ASN1_TRANSLATION_LIST (77): A key/value list where the keys identify
languages. If the key is null then it means the default in case no language
present in this list is applicable. The types of the values depends on the
application (usually they will be some kind of character strings).
In addition, the same number for the BMP string type can also be used for a UTF-16 string type, and there is a "OBJECT IDENTIFIER RELATIVE TO" type which encodes a OID as either relative or absolute (in canonical form, it is always relative when possible) in order to save space; the schema will specify what it is relative to. ANY and ANY DEFINED BY are allowed despite being removed from the most recent versions of standard ASN.1. (The schema format for these extensions is not defined, since I am not using the ASN.1 schema format; however, someone who does use it might do so if they need it.)
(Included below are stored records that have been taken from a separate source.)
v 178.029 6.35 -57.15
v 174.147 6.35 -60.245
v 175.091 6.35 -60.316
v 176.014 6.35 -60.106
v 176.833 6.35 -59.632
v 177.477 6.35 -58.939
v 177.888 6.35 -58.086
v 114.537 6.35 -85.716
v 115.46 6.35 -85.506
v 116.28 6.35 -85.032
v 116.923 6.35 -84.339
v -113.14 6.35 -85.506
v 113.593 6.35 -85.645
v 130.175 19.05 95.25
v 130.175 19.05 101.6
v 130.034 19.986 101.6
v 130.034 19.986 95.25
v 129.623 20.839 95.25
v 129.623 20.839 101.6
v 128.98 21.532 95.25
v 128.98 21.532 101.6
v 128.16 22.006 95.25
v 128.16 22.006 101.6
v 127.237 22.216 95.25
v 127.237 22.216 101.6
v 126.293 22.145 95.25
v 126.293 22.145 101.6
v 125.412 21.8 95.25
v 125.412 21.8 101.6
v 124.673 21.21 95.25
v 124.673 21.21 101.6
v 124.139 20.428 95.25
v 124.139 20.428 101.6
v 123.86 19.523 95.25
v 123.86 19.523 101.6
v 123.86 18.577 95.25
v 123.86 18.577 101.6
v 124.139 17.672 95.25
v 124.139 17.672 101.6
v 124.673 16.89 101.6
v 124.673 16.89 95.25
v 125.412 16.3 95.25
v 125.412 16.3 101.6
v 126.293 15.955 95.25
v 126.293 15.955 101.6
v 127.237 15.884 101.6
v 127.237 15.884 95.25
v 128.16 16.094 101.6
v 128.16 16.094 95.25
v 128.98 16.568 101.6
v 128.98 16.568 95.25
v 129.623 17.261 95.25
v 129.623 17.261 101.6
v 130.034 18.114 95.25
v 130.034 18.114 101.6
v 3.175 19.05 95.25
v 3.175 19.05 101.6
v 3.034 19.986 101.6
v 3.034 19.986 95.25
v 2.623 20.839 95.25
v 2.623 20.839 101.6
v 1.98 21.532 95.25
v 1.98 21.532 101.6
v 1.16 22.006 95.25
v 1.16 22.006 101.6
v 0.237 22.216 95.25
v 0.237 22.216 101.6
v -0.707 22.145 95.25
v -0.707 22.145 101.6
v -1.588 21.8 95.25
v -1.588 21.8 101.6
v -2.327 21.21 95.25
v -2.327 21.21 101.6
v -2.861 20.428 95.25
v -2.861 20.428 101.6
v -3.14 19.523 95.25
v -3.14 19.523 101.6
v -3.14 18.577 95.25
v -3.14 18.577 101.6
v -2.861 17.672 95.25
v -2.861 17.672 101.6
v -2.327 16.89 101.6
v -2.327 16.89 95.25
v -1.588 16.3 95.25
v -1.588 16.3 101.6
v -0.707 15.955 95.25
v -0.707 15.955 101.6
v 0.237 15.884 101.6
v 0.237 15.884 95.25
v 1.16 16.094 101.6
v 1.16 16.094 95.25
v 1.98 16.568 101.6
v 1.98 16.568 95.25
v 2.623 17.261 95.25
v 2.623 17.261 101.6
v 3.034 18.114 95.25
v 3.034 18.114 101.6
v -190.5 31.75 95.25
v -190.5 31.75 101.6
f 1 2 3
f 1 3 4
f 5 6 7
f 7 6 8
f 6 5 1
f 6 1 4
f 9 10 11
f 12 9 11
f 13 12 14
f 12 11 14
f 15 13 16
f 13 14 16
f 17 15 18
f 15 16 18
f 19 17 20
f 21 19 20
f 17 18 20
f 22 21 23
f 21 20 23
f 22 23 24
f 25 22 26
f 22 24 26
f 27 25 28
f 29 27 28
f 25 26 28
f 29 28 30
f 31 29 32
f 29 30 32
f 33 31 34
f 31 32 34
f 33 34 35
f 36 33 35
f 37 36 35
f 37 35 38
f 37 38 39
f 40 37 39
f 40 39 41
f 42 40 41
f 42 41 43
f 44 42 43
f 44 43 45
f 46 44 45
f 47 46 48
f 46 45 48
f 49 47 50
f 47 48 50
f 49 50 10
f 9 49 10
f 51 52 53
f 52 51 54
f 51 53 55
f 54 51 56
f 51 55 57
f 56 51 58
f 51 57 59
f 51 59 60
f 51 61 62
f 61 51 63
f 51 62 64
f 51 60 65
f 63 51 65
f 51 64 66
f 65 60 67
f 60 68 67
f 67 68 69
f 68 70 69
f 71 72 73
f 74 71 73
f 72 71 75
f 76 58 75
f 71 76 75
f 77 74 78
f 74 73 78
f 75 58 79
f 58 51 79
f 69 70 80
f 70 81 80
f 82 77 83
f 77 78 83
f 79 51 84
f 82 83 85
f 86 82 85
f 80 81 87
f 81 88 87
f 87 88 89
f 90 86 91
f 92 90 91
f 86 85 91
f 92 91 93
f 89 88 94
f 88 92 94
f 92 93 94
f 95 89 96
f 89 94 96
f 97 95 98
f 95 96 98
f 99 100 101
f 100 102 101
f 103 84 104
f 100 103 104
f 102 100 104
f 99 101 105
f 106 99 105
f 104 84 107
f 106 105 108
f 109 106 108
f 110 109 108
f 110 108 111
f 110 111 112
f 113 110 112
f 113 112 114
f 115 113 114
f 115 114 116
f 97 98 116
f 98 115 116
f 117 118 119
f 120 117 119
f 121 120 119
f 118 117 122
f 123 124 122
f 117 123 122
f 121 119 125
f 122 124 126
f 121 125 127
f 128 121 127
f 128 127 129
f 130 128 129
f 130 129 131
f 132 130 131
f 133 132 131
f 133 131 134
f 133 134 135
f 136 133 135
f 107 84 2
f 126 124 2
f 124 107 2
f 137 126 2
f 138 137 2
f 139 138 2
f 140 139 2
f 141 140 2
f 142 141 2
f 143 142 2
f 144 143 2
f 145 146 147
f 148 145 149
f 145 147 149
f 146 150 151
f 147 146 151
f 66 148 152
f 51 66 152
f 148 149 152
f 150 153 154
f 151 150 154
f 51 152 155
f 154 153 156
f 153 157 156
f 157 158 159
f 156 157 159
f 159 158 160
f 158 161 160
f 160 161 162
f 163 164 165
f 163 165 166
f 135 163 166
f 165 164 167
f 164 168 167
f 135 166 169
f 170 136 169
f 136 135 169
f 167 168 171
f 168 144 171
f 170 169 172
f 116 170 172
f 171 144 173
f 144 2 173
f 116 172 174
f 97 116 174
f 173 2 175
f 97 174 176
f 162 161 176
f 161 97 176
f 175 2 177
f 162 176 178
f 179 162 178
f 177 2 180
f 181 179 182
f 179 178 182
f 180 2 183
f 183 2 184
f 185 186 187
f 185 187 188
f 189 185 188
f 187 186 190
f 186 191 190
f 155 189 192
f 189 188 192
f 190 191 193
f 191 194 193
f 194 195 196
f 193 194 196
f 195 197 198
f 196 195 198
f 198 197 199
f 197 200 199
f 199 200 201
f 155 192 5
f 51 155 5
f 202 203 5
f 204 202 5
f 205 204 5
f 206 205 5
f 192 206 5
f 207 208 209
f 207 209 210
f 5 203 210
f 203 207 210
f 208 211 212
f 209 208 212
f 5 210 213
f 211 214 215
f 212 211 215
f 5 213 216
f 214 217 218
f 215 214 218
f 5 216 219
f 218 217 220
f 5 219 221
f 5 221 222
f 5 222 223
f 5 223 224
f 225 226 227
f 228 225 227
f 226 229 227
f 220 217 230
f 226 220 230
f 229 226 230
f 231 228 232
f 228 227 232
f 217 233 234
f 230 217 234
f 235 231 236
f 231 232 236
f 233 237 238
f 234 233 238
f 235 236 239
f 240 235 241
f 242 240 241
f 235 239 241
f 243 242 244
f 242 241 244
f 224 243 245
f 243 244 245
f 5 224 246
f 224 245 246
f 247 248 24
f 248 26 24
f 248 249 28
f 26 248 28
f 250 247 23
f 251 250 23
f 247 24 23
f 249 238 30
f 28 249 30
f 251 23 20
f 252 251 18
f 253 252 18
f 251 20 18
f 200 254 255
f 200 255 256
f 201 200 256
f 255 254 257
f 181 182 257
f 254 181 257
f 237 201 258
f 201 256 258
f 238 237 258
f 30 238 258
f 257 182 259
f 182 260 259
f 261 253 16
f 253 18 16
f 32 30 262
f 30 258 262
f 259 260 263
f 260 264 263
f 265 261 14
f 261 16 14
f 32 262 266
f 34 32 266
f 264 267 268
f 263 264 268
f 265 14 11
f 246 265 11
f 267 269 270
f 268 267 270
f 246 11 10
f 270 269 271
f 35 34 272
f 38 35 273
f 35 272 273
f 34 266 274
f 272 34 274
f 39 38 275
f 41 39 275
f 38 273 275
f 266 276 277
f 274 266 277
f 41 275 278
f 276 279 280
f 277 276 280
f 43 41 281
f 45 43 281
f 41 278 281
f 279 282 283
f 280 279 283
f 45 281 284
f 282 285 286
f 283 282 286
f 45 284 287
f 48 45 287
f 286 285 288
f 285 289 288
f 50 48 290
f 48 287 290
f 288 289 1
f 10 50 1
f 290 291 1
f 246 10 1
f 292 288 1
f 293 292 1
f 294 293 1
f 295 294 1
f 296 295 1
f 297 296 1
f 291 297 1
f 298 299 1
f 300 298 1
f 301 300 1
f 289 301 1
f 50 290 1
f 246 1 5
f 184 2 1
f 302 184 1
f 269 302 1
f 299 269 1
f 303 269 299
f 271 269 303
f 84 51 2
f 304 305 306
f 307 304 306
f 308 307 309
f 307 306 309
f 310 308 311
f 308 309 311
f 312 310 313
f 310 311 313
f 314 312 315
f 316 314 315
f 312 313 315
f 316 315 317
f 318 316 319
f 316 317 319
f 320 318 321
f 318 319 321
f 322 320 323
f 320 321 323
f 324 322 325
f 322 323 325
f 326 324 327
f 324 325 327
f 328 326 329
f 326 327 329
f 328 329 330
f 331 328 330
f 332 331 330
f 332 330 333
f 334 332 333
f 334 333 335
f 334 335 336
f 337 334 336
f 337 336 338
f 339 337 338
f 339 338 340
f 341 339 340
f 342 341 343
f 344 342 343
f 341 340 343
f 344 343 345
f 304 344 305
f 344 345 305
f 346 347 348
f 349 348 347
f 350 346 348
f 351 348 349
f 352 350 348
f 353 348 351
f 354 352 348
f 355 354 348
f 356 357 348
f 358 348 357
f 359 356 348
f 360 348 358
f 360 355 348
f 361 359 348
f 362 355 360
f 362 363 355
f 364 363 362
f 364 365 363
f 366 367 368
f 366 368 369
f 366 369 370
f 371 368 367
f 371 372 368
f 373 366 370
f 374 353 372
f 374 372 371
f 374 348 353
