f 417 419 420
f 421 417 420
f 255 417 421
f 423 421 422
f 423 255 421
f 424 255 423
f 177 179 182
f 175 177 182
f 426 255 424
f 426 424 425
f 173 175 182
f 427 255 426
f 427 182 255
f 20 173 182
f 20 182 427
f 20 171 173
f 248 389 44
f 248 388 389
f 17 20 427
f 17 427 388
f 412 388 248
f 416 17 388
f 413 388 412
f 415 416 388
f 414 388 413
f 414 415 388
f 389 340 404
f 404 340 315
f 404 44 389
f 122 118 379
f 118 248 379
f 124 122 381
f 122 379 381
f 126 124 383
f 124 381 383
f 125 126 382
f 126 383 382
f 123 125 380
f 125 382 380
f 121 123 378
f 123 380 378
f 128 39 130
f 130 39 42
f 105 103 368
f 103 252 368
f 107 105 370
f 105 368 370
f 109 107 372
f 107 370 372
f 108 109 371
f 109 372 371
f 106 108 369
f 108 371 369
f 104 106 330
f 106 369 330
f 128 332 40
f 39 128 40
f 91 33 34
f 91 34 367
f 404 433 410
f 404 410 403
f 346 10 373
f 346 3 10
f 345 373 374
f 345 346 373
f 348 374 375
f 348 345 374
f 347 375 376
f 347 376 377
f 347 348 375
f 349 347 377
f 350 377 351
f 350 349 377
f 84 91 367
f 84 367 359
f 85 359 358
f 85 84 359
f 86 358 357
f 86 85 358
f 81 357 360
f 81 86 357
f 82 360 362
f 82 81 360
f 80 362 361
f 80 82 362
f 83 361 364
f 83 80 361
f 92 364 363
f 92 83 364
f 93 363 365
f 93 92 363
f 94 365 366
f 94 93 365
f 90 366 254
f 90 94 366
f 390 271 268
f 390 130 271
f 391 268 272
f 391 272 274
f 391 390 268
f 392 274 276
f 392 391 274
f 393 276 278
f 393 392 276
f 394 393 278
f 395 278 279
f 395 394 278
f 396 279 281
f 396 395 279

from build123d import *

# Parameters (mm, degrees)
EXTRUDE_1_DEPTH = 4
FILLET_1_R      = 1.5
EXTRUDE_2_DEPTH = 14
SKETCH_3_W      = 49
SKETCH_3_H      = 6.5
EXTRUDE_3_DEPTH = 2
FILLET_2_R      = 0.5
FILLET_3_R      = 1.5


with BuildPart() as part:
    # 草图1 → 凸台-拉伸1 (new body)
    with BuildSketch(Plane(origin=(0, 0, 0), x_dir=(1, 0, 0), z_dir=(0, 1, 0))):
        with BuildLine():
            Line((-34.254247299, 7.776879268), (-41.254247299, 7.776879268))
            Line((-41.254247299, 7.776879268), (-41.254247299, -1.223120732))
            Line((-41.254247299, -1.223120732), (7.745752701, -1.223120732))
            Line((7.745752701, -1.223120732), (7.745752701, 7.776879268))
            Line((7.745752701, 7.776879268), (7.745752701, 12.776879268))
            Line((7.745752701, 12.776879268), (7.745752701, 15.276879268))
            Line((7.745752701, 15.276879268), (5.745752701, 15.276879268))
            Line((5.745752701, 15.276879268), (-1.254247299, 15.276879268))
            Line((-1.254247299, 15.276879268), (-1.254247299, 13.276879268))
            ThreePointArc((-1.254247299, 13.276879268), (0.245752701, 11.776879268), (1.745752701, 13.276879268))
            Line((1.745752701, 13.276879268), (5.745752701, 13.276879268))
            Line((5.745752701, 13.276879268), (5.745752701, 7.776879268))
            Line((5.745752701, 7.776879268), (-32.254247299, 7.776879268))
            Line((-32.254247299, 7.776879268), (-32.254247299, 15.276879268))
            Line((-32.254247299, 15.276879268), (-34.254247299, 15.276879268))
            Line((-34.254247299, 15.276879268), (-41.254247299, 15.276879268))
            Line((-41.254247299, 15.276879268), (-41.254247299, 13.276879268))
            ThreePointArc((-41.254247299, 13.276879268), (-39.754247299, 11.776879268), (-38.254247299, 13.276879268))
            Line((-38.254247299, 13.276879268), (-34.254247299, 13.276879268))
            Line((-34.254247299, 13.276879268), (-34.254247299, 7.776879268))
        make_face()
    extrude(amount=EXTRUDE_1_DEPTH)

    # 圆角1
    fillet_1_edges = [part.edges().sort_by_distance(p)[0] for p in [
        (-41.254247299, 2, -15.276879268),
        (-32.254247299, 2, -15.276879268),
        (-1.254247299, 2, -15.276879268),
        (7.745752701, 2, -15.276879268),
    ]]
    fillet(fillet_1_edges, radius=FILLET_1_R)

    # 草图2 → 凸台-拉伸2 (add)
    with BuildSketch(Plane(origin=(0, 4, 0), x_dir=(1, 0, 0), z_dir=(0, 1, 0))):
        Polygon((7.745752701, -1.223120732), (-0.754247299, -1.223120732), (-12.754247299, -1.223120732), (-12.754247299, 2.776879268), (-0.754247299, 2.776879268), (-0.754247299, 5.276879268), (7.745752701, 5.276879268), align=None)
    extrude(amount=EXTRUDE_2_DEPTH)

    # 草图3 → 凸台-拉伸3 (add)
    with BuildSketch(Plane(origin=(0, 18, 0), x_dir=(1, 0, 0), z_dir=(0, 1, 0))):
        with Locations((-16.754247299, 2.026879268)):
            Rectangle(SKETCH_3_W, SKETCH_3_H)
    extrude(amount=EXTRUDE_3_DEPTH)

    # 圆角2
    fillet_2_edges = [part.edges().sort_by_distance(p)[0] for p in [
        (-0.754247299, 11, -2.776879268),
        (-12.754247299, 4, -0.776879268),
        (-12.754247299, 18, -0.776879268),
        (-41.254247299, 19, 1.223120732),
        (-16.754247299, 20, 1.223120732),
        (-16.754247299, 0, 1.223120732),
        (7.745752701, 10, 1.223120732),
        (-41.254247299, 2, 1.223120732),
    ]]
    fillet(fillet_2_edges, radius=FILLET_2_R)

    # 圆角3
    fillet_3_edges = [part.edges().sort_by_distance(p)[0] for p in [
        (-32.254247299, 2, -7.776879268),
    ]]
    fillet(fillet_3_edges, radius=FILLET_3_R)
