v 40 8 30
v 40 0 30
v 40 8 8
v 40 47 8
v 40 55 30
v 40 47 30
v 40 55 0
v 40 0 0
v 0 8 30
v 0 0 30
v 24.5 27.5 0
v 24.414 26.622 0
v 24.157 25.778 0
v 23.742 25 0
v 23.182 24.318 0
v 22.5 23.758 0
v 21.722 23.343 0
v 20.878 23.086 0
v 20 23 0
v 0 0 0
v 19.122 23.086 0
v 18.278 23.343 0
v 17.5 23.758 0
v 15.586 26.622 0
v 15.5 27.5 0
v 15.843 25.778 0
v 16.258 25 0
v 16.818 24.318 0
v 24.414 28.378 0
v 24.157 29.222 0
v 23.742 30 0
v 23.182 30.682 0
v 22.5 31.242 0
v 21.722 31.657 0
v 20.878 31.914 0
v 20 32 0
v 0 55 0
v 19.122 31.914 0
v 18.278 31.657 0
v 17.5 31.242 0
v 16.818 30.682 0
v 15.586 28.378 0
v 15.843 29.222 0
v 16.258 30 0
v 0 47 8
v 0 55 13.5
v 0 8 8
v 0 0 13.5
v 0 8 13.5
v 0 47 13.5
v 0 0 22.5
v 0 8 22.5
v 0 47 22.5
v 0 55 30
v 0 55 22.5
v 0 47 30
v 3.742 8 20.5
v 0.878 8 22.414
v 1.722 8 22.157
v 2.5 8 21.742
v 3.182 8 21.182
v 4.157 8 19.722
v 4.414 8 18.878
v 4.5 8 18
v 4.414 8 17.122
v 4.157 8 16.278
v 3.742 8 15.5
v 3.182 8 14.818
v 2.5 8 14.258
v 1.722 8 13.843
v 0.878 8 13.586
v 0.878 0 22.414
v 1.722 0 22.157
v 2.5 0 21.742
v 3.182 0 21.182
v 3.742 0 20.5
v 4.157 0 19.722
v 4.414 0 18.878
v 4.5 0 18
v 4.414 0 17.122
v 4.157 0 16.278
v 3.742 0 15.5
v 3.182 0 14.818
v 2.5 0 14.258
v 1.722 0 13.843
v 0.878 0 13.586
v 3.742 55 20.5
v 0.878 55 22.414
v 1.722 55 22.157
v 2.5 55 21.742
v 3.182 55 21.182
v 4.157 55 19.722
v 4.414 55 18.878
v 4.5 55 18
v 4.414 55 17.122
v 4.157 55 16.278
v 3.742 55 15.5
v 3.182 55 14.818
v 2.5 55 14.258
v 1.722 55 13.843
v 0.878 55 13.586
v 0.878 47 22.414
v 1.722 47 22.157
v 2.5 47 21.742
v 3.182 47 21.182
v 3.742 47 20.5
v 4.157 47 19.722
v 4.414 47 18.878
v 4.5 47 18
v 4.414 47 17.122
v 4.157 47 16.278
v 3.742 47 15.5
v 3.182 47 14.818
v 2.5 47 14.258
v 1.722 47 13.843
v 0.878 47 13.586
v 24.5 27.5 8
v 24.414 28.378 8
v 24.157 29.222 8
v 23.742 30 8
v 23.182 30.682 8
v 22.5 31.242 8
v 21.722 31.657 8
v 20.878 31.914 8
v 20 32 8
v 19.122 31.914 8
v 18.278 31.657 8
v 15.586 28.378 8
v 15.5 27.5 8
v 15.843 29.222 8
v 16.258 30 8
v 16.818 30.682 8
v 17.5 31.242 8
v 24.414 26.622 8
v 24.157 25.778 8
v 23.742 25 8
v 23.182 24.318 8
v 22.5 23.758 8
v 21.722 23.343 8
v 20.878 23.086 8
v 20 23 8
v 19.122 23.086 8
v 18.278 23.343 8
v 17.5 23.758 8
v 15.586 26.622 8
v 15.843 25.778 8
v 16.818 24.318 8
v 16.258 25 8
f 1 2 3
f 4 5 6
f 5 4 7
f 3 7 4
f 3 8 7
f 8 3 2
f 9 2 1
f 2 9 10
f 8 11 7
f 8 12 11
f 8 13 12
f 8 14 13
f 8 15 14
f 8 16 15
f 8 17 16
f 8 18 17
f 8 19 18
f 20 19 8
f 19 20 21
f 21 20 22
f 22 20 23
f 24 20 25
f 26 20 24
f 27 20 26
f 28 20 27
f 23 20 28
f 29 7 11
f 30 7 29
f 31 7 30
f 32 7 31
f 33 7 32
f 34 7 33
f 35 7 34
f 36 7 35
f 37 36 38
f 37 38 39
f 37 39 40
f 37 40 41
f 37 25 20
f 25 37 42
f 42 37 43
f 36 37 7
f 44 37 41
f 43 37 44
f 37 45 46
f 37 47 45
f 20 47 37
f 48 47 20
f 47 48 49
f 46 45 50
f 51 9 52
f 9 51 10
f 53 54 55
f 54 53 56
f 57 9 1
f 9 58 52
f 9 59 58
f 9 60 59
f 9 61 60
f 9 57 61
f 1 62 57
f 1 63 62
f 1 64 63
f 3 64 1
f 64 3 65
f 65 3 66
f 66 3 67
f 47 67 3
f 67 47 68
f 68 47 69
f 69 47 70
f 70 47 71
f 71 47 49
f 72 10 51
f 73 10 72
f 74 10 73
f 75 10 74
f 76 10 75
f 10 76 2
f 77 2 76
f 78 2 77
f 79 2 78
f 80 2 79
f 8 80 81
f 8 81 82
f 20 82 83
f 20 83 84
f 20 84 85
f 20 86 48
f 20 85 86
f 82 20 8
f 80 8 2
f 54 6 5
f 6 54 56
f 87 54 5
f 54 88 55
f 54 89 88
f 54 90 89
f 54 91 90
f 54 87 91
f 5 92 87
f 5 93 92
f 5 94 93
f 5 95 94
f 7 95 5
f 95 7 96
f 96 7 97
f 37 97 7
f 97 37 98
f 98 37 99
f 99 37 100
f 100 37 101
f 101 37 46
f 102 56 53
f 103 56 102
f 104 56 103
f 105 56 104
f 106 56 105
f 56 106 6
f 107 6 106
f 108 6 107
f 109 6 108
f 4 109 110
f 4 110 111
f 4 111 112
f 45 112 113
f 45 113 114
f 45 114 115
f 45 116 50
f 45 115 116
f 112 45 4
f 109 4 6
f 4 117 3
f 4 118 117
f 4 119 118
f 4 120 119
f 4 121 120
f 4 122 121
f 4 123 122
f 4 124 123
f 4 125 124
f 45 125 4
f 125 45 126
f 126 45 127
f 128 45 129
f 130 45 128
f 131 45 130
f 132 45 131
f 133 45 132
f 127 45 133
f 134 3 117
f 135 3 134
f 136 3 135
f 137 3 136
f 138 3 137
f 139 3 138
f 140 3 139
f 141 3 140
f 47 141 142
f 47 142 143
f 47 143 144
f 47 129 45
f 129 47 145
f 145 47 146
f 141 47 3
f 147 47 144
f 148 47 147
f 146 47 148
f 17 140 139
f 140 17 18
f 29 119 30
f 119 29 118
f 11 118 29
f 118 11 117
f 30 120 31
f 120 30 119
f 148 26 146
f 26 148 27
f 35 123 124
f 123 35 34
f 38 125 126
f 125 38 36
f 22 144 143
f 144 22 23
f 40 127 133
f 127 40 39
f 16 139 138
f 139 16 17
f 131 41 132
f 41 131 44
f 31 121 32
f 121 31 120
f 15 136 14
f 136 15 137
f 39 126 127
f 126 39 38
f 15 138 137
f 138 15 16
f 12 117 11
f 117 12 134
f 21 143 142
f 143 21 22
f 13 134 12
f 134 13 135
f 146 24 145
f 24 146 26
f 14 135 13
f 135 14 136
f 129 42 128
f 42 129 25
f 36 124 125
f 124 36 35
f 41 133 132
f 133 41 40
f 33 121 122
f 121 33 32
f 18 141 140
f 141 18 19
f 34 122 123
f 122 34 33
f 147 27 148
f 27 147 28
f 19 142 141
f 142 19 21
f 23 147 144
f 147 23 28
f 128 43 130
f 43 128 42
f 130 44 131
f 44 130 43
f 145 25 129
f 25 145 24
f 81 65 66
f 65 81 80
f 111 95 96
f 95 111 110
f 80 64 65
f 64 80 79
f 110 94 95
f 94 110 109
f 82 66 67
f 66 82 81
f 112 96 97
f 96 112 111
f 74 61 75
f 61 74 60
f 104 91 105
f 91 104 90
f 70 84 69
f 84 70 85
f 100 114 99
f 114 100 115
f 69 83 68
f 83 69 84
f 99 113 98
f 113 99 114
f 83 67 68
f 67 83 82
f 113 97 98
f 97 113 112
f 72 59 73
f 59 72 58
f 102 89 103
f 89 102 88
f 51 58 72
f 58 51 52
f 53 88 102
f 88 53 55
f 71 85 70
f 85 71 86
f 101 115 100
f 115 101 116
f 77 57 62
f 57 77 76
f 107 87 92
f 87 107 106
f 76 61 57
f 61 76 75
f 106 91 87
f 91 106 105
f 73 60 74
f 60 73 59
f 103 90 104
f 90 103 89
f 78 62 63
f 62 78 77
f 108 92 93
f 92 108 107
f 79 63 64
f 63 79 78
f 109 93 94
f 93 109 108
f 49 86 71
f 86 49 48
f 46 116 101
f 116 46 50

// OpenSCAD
$fn = 32;

// ----------------------------------------------------------------------
// U-bracket: 40 x 55 x 30 mm
// ----------------------------------------------------------------------

// --- parameters (mm) ---
length = 40;              // outer length, X
width = 55;               // outer width, Y
height = 30;              // upright height, Z
thick = 8;                // wall thickness
hole_d = 9;               // clearance for M8

module hole_z(px, py) {
  translate([px, py, -2.5]) cylinder(h = thick + 5, d = hole_d);
}
module hole_y_pz(pz) {
  /* through both uprights along Y */
  translate([0, -2.5, pz]) rotate([-90, 0, 0]) cylinder(h = width + 5, d = hole_d);
}

module base() {
  cube([length, width, thick]);
}

module uprights() {
  cube([length, thick, height]);
  translate([0, width - thick, 0]) cube([length, thick, height]);
}

difference() {
  union() {
    base();
    uprights();
  }
  hole_z(20, 27.5);
  hole_y_pz(18);
}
There is also SDER, which is a superset of DER but a subset of BER, in case you do not want the mess of BER but do not want to require strictly canonical form either; and also SDSER which uses the same encoding for types and values than SDER but but length works differently in order to support streaming better.
As is usual, you do not have to use any or all of these types, but someone might find them useful for some uses. I have used some of them in my own stuff.
ASN1_BCD_STRING can be just IA5String with a constraint attached...
Your time types can be just an INTEGER with a constraint attached... (In Heimdal we use INTEGER constraints to pick a representation in the programming language.) E.g.,
-- 64-bit signed count of seconds where 0 is the Unix epoch
ASN1_UTC_TIMESTAMP ::= INTEGER (-18446744073709551616..18446744073709551615)
ASN1_OUT_OF_BAND can just be a NULL with an APPLICATION tag or whatever:
Out-of-Band ::= [APPLICATION 100] NULL
or maybe an ENUMERATED or BIT STRING with named bits to indicate what kind of thing is referenced out of band. You might even use this with a SEQUENCE type instead where one member identifies an out of band datum as an index, and the other identifies the kind.
ASN1_REFERENCE is... interesting. I've not needed it, but some RPC protocols support intra-payload and even circular references, so if you have a need for that (hopefully you don't), then your ASN1_REFERENCE would be useful indeed.
ASN1_RATIONAL is just a tagged sequence of numerator and denominator, with a constraint that the denominator must not be zero.
OBJECT IDENTIFIER RELATIVE TO is just a CHOICE of OBJECT IDENTIFIER and RELATIVE IDENTIFIER.
Re: SDER... yeah, so Heimdal's codec produces DER but accepts a subset of BER for interop with OpenSSL and others. If you really want streaming then you'll want a variant of OER with fixed-length lengths (which IMO OER should have had, dammit), which then looks a lot like XDR but with different alignment and more types.